### Exercise objective
Of all the entries below, only the lines from the one with "f 252 125 126" up to and including the one with "f 223 222 75" are to be duplicated exactly.

+++++

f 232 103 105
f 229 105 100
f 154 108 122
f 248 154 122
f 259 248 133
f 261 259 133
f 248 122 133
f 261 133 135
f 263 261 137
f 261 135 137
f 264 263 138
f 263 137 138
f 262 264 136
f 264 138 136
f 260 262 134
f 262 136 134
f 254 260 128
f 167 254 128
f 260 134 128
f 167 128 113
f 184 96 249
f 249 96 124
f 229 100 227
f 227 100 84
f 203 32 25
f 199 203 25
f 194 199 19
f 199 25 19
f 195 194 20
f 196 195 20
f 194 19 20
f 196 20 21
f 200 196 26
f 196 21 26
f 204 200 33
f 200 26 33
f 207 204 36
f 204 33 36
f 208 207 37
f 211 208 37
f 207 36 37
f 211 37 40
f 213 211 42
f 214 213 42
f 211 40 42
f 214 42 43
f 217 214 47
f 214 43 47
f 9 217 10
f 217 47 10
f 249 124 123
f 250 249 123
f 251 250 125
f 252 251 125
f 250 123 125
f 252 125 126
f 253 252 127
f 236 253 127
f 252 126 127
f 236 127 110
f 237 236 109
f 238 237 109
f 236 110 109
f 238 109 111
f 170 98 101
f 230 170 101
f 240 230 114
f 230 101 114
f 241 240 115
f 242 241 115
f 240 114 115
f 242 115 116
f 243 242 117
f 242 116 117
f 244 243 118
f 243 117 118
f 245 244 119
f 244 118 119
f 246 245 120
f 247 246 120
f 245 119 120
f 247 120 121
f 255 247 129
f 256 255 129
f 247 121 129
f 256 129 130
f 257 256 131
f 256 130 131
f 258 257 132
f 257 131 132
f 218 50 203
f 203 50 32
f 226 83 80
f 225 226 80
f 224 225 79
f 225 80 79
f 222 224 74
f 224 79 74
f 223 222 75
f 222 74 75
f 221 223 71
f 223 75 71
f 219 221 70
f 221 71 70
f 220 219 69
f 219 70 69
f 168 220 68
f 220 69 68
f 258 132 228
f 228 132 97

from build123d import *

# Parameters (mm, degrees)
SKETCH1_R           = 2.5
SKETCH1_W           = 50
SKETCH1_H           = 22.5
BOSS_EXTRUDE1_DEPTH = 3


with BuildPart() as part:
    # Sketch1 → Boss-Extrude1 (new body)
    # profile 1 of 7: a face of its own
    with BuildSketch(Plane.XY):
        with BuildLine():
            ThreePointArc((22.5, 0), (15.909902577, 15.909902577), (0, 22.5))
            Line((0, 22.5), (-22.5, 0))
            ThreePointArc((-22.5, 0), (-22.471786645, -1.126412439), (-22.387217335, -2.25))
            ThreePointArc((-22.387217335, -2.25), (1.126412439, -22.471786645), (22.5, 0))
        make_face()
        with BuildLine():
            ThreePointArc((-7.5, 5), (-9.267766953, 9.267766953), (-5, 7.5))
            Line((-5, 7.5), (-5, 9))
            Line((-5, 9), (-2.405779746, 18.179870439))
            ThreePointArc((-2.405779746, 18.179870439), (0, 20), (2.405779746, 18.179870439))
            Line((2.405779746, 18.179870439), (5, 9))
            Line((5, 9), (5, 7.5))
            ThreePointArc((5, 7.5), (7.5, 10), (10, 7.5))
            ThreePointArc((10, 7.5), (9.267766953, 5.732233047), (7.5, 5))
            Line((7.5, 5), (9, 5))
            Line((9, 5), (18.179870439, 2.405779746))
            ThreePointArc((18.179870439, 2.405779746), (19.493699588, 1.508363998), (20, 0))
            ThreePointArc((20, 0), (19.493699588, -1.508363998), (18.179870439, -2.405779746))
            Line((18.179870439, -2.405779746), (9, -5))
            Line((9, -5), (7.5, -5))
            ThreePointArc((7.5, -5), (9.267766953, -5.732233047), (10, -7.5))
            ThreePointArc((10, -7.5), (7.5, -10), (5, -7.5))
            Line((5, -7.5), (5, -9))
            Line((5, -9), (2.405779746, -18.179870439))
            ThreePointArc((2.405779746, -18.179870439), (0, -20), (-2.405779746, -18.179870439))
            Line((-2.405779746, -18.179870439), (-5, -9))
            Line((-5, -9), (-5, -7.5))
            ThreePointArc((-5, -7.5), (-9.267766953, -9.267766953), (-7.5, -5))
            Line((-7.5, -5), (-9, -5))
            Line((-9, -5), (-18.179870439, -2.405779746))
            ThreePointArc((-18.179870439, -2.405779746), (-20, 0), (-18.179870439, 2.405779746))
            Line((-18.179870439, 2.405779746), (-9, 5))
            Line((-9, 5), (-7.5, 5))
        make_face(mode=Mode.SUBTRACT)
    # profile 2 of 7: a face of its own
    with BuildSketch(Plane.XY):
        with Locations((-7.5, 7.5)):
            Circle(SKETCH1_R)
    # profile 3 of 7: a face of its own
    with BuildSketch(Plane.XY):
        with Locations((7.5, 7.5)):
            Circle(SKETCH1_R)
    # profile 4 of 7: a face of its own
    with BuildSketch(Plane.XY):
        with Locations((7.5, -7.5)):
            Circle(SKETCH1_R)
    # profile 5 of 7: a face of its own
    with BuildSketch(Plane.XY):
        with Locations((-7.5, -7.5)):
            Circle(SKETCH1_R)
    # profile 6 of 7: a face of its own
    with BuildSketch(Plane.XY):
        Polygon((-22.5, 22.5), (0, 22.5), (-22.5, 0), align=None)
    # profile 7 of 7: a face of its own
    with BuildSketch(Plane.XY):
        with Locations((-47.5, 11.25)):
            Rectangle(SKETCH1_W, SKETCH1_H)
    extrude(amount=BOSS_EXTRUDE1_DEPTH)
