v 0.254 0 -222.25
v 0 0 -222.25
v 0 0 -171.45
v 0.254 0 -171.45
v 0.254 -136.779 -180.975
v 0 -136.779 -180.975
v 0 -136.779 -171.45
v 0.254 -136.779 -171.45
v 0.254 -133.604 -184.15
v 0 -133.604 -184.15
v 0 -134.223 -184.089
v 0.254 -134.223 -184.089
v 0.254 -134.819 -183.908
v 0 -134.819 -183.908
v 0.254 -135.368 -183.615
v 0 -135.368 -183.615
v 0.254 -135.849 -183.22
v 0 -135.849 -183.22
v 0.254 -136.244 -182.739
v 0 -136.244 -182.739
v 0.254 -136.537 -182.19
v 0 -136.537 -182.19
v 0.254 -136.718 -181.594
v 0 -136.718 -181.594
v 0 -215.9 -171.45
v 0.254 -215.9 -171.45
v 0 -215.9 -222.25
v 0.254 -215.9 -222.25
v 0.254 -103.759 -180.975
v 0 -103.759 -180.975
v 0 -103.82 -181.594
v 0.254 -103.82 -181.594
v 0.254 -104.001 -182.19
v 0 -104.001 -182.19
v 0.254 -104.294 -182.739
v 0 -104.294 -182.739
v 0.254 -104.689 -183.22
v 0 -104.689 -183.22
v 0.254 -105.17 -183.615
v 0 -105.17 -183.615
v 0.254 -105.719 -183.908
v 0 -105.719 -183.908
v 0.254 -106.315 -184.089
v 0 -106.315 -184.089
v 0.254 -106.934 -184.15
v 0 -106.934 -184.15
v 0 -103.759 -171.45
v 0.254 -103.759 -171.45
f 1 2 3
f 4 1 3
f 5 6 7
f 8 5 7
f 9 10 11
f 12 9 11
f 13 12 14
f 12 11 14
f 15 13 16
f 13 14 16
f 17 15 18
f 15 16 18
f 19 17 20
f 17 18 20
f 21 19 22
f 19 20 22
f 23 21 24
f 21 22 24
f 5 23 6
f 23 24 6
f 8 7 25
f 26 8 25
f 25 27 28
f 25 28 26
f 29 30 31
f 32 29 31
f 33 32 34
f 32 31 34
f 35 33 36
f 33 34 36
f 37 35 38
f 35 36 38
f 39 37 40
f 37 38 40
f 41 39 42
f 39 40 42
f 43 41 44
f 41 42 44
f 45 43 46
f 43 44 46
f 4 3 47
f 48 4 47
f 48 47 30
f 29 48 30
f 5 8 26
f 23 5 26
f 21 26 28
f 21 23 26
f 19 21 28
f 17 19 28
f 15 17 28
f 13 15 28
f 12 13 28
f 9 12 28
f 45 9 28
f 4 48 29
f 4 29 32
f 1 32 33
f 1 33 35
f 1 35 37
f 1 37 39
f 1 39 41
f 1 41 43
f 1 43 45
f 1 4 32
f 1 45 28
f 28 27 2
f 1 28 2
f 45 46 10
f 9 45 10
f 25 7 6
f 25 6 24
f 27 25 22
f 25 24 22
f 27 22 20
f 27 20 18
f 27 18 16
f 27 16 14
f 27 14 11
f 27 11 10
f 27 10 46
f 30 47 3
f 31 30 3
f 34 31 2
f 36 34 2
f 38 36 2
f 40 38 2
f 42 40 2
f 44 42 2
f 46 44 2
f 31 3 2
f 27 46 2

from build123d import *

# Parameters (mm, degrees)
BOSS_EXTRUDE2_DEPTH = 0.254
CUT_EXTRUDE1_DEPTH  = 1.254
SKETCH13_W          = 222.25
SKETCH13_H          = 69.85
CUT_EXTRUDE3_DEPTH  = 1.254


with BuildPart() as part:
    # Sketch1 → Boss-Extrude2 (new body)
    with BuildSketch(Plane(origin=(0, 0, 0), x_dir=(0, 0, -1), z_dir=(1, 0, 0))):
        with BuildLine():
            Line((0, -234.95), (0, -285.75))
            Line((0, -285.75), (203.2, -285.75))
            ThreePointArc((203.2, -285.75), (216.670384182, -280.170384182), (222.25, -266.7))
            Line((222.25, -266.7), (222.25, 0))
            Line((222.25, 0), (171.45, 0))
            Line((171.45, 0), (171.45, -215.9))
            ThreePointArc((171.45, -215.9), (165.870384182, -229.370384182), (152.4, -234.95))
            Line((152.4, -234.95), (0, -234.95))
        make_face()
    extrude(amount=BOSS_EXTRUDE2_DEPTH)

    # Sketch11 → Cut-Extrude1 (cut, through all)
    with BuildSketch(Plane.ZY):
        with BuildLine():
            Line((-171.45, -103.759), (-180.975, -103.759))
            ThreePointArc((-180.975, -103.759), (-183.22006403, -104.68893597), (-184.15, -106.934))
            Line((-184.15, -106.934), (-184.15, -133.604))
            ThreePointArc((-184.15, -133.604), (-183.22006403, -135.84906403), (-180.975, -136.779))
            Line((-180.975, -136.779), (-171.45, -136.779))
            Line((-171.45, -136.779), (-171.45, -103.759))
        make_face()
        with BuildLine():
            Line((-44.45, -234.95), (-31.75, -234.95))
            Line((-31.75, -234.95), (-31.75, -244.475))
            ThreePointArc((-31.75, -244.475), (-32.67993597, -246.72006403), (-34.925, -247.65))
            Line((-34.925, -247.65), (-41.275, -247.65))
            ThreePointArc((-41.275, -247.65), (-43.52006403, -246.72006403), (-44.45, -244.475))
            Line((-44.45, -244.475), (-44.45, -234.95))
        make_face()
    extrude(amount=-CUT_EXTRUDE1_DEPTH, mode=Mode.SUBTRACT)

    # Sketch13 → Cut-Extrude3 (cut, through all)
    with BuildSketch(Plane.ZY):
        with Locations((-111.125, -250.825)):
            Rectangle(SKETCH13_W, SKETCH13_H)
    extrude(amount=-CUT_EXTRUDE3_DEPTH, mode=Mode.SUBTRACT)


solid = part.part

+++++

### Completed task
f 252 125 126
f 253 252 127
f 236 253 127
f 252 126 127
f 236 127 110
f 237 236 109
f 238 237 109
f 236 110 109
f 238 109 111
f 170 98 101
f 230 170 101
f 240 230 114
f 230 101 114
f 241 240 115
f 242 241 115
f 240 114 115
f 242 115 116
f 243 242 117
f 242 116 117
f 244 243 118
f 243 117 118
f 245 244 119
f 244 118 119
f 246 245 120
f 247 246 120
f 245 119 120
f 247 120 121
f 255 247 129
f 256 255 129
f 247 121 129
f 256 129 130
f 257 256 131
f 256 130 131
f 258 257 132
f 257 131 132
f 218 50 203
f 203 50 32
f 226 83 80
f 225 226 80
f 224 225 79
f 225 80 79
f 222 224 74
f 224 79 74
f 223 222 75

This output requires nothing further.